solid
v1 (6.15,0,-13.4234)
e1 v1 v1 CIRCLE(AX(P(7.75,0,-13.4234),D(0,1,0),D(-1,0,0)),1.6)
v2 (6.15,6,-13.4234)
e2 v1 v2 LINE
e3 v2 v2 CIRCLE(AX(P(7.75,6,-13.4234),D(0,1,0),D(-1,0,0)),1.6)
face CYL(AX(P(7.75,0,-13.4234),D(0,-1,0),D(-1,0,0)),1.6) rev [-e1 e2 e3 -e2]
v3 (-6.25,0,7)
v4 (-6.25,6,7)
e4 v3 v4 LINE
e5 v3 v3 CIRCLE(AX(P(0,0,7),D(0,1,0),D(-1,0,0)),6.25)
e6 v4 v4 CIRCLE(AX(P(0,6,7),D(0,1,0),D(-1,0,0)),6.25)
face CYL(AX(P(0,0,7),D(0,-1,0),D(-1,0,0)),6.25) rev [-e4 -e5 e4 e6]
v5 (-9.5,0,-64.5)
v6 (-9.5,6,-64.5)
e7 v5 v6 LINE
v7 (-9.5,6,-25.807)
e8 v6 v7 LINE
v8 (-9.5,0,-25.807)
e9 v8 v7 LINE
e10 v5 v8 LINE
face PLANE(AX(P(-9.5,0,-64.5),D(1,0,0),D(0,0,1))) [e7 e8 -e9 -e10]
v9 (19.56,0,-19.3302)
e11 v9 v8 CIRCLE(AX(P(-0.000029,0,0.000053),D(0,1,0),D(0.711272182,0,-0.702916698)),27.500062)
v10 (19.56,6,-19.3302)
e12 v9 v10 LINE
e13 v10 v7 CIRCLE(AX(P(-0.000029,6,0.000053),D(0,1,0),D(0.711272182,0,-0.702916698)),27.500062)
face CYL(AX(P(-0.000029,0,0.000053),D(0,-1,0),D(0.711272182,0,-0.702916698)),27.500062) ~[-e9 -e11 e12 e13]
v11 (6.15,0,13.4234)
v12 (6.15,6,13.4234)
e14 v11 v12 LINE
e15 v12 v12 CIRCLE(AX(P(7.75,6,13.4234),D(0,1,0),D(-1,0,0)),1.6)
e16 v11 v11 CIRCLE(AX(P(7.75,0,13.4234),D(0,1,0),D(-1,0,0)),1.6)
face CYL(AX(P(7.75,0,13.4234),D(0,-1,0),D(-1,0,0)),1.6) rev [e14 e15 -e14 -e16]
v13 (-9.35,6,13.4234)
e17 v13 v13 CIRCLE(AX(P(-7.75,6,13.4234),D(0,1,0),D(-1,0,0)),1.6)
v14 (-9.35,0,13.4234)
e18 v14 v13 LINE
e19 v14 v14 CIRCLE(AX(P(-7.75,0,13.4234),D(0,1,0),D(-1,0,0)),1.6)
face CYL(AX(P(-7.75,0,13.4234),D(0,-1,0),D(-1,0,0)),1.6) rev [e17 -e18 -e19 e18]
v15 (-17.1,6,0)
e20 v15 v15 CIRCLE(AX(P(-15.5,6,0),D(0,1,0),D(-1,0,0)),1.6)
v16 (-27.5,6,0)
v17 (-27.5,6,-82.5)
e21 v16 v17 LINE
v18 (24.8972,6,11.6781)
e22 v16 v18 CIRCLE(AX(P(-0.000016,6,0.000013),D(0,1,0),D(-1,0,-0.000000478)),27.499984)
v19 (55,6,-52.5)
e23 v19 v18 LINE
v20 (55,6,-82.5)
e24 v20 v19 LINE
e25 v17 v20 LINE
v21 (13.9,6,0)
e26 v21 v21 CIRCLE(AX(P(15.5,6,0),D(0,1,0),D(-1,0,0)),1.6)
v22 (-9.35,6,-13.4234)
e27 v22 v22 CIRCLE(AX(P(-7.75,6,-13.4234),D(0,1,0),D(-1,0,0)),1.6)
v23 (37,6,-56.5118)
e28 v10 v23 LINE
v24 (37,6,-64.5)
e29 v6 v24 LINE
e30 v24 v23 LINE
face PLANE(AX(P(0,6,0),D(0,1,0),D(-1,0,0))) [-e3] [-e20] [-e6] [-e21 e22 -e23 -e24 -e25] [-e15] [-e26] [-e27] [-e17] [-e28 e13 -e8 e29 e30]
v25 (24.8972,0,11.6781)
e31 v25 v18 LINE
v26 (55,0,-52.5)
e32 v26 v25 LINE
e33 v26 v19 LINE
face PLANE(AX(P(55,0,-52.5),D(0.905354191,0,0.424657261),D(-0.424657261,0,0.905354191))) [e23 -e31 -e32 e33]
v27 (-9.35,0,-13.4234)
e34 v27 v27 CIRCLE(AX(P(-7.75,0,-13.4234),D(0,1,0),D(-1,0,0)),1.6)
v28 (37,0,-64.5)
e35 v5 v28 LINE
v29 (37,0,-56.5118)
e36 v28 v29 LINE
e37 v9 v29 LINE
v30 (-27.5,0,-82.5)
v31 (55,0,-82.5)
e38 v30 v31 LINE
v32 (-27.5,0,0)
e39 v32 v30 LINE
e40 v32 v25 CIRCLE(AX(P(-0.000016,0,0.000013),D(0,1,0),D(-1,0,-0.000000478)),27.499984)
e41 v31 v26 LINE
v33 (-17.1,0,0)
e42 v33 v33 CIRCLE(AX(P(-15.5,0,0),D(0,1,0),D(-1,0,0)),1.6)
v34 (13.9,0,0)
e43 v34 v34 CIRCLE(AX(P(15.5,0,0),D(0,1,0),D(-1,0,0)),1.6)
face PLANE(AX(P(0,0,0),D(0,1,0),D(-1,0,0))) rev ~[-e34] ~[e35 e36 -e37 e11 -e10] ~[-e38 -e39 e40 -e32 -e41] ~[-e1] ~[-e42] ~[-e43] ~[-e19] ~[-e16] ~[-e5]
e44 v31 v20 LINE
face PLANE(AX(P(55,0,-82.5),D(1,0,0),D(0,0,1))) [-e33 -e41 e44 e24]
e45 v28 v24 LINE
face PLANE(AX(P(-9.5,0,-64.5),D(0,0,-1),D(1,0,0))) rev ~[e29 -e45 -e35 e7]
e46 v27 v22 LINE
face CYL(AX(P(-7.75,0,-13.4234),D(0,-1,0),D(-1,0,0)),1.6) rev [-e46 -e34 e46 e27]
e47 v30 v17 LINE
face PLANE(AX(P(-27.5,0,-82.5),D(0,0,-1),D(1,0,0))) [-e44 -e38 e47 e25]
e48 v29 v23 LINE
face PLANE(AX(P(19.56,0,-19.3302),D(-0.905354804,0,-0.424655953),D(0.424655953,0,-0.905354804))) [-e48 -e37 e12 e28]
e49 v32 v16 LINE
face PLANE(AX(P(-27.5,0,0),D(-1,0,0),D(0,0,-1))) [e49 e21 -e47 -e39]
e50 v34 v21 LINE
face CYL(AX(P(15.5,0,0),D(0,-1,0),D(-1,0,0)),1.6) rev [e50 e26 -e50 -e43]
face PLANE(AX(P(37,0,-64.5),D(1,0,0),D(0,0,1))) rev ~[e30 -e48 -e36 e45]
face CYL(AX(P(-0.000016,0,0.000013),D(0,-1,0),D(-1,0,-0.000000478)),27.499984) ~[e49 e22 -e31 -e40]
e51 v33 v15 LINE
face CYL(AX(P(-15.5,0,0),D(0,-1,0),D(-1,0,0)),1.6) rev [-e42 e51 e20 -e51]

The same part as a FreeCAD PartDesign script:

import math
import FreeCAD as App
import Part
import Sketcher

doc = App.newDocument("Part")
params = doc.addObject("Spreadsheet::Sheet", "Params")
for row, (alias, value) in enumerate([
    ("sketch1_diameter", "3.2 mm"),
    ("sketch1_diameter2", "12.5 mm"),
    ("sketch1_radius", "27.5 mm"),
    ("sketch1_height", "30 mm"),
    ("sketch1_width", "82.5 mm"),
    ("pad1_length", "6 mm"),
], start=1):
    params.set(f"A{row}", alias)
    params.set(f"B{row}", "=" + value)
    params.setAlias(f"B{row}", alias)

body = doc.addObject("PartDesign::Body", "Body")

# Sketch on XZ plane
sketch1 = body.newObject("Sketcher::SketchObject", "Sketch")
sketch1.AttachmentSupport = (doc.getObject("XZ_Plane"), [""])
sketch1.MapMode = "FlatFace"
sketch1.addGeometry(Part.LineSegment(App.Vector(24.9, 11.7, 0), App.Vector(55, -52.5, 0)), False)
sketch1.addGeometry(Part.LineSegment(App.Vector(55, -52.5, 0), App.Vector(55, -82.5, 0)), False)
sketch1.addGeometry(Part.LineSegment(App.Vector(55, -82.5, 0), App.Vector(-27.5, -82.5, 0)), False)
sketch1.addGeometry(Part.LineSegment(App.Vector(-27.5, -82.5, 0), App.Vector(-27.5, 0, 0)), False)
sketch1.addGeometry(Part.ArcOfCircle(Part.Circle(App.Vector(0, 0, 0), App.Vector(0, 0, 1), 27.5), math.radians(25), math.radians(180)), False)
sketch1.addGeometry(Part.LineSegment(App.Vector(-9.5, -25.8, 0), App.Vector(-9.5, -64.5, 0)), False)
sketch1.addGeometry(Part.LineSegment(App.Vector(-9.5, -64.5, 0), App.Vector(37, -64.5, 0)), False)
sketch1.addGeometry(Part.LineSegment(App.Vector(37, -64.5, 0), App.Vector(37, -56.5, 0)), False)
sketch1.addGeometry(Part.LineSegment(App.Vector(37, -56.5, 0), App.Vector(19.6, -19.3, 0)), False)
sketch1.addGeometry(Part.ArcOfCircle(Part.Circle(App.Vector(0, 0, 0), App.Vector(0, 0, 1), 27.5), math.radians(-110), math.radians(-45)), False)
sketch1.addGeometry(Part.Circle(App.Vector(15.5, 0, 0), App.Vector(0, 0, 1), 1.6), False)
sketch1.addGeometry(Part.Circle(App.Vector(7.8, -13.4, 0), App.Vector(0, 0, 1), 1.6), False)
sketch1.addGeometry(Part.Circle(App.Vector(-7.8, -13.4, 0), App.Vector(0, 0, 1), 1.6), False)
sketch1.addGeometry(Part.Circle(App.Vector(7.8, 13.4, 0), App.Vector(0, 0, 1), 1.6), False)
sketch1.addGeometry(Part.Circle(App.Vector(0, 7, 0), App.Vector(0, 0, 1), 6.2), False)
sketch1.addGeometry(Part.Circle(App.Vector(-15.5, 0, 0), App.Vector(0, 0, 1), 1.6), False)
sketch1.addGeometry(Part.Circle(App.Vector(-7.8, 13.4, 0), App.Vector(0, 0, 1), 1.6), False)
sketch1.addConstraint(Sketcher.Constraint("Coincident", 0, 2, 1, 1))
sketch1.addConstraint(Sketcher.Constraint("Coincident", 1, 2, 2, 1))
sketch1.addConstraint(Sketcher.Constraint("Coincident", 2, 2, 3, 1))
sketch1.addConstraint(Sketcher.Constraint("Tangent", 3, 2, 4, 2))
sketch1.addConstraint(Sketcher.Constraint("Tangent", 4, 1, 0, 1))
sketch1.addConstraint(Sketcher.Constraint("Coincident", 5, 2, 6, 1))
sketch1.addConstraint(Sketcher.Constraint("Coincident", 6, 2, 7, 1))
sketch1.addConstraint(Sketcher.Constraint("Coincident", 7, 2, 8, 1))
sketch1.addConstraint(Sketcher.Constraint("Coincident", 8, 2, 9, 2))
sketch1.addConstraint(Sketcher.Constraint("Coincident", 9, 1, 5, 1))
sketch1.addConstraint(Sketcher.Constraint("Vertical", 1))
sketch1.addConstraint(Sketcher.Constraint("Horizontal", 2))
sketch1.addConstraint(Sketcher.Constraint("Vertical", 3))
sketch1.addConstraint(Sketcher.Constraint("Vertical", 5))
sketch1.addConstraint(Sketcher.Constraint("Horizontal", 6))
sketch1.addConstraint(Sketcher.Constraint("Vertical", 7))
sketch1.addConstraint(Sketcher.Constraint("Coincident", 4, 3, -1, 1))
sketch1.addConstraint(Sketcher.Constraint("Coincident", 9, 3, -1, 1))
sketch1.addConstraint(Sketcher.Constraint("Equal", 4, 9))
sketch1.addConstraint(Sketcher.Constraint("Equal", 10, 11))
sketch1.addConstraint(Sketcher.Constraint("Equal", 11, 12))
sketch1.addConstraint(Sketcher.Constraint("Equal", 12, 13))
sketch1.addConstraint(Sketcher.Constraint("Equal", 13, 15))
sketch1.addConstraint(Sketcher.Constraint("Equal", 15, 16))
sketch1.addConstraint(Sketcher.Constraint("Symmetric", 12, 3, 13, 3, -1, 1))
sketch1.addConstraint(Sketcher.Constraint("Symmetric", 10, 3, 15, 3, -1, 1))
sketch1.addConstraint(Sketcher.Constraint("Symmetric", 11, 3, 16, 3, -1, 1))
sketch1.addConstraint(Sketcher.Constraint("Symmetric", 11, 3, 12, 3, -2))
sketch1.addConstraint(Sketcher.Constraint("PointOnObject", 10, 3, -1))
sketch1.addConstraint(Sketcher.Constraint("PointOnObject", 14, 3, -2))
sketch1.addConstraint(Sketcher.Constraint("Parallel", 0, 8))
sketch1.addConstraint(Sketcher.Constraint("Equal", 2, 3))
sketch1.addConstraint(Sketcher.Constraint("Diameter", 10, 3.2))
sketch1.addConstraint(Sketcher.Constraint("Diameter", 14, 12.5))
sketch1.addConstraint(Sketcher.Constraint("Radius", 4, 27.5))
sketch1.addConstraint(Sketcher.Constraint("DistanceY", 1, 2, 1, 1, 30.0))
sketch1.addConstraint(Sketcher.Constraint("DistanceX", 2, 2, 2, 1, 82.5))
sketch1.addConstraint(Sketcher.Constraint("DistanceY", -1, 1, 14, 3, 7.0))
sketch1.addConstraint(Sketcher.Constraint("DistanceX", 2, 2, 5, 2, 18.0))
sketch1.addConstraint(Sketcher.Constraint("DistanceY", 2, 2, 5, 2, 18.0))
sketch1.addConstraint(Sketcher.Constraint("DistanceX", 6, 2, 0, 2, 18.0))
sketch1.addConstraint(Sketcher.Constraint("DistanceX", -1, 1, 10, 3, 15.5))
sketch1.addConstraint(Sketcher.Constraint("DistanceX", 12, 3, 11, 3, 15.5))
sketch1.addConstraint(Sketcher.Constraint("DistanceX", -1, 1, 8, 2, 19.56))
sketch1.addConstraint(Sketcher.Constraint("DistanceY", 11, 3, -1, 1, 13.4234))
sketch1.setExpression("Constraints[32]", "Params.sketch1_diameter")
sketch1.setExpression("Constraints[33]", "Params.sketch1_diameter2")
sketch1.setExpression("Constraints[34]", "Params.sketch1_radius")
sketch1.setExpression("Constraints[35]", "Params.sketch1_height")
sketch1.setExpression("Constraints[36]", "Params.sketch1_width")
pad1 = body.newObject("PartDesign::Pad", "Pad")
pad1.Profile = sketch1
pad1.setExpression("Length", "Params.pad1_length")
pad1.Reversed = True

doc.recompute()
====================
Your task:
Within the listing above, the range opens at the line with "e43 v34 v34" and closes at the line with "The same part". Reproduce exactly the lines of that range, including both ends.

Output for this task:
e43 v34 v34 CIRCLE(AX(P(15.5,0,0),D(0,1,0),D(-1,0,0)),1.6)
face PLANE(AX(P(0,0,0),D(0,1,0),D(-1,0,0))) rev ~[-e34] ~[e35 e36 -e37 e11 -e10] ~[-e38 -e39 e40 -e32 -e41] ~[-e1] ~[-e42] ~[-e43] ~[-e19] ~[-e16] ~[-e5]
e44 v31 v20 LINE
face PLANE(AX(P(55,0,-82.5),D(1,0,0),D(0,0,1))) [-e33 -e41 e44 e24]
e45 v28 v24 LINE
face PLANE(AX(P(-9.5,0,-64.5),D(0,0,-1),D(1,0,0))) rev ~[e29 -e45 -e35 e7]
e46 v27 v22 LINE
face CYL(AX(P(-7.75,0,-13.4234),D(0,-1,0),D(-1,0,0)),1.6) rev [-e46 -e34 e46 e27]
e47 v30 v17 LINE
face PLANE(AX(P(-27.5,0,-82.5),D(0,0,-1),D(1,0,0))) [-e44 -e38 e47 e25]
e48 v29 v23 LINE
face PLANE(AX(P(19.56,0,-19.3302),D(-0.905354804,0,-0.424655953),D(0.424655953,0,-0.905354804))) [-e48 -e37 e12 e28]
e49 v32 v16 LINE
face PLANE(AX(P(-27.5,0,0),D(-1,0,0),D(0,0,-1))) [e49 e21 -e47 -e39]
e50 v34 v21 LINE
face CYL(AX(P(15.5,0,0),D(0,-1,0),D(-1,0,0)),1.6) rev [e50 e26 -e50 -e43]
face PLANE(AX(P(37,0,-64.5),D(1,0,0),D(0,0,1))) rev ~[e30 -e48 -e36 e45]
face CYL(AX(P(-0.000016,0,0.000013),D(0,-1,0),D(-1,0,-0.000000478)),27.499984) ~[e49 e22 -e31 -e40]
e51 v33 v15 LINE
face CYL(AX(P(-15.5,0,0),D(0,-1,0),D(-1,0,0)),1.6) rev [-e42 e51 e20 -e51]

The same part as a FreeCAD PartDesign script:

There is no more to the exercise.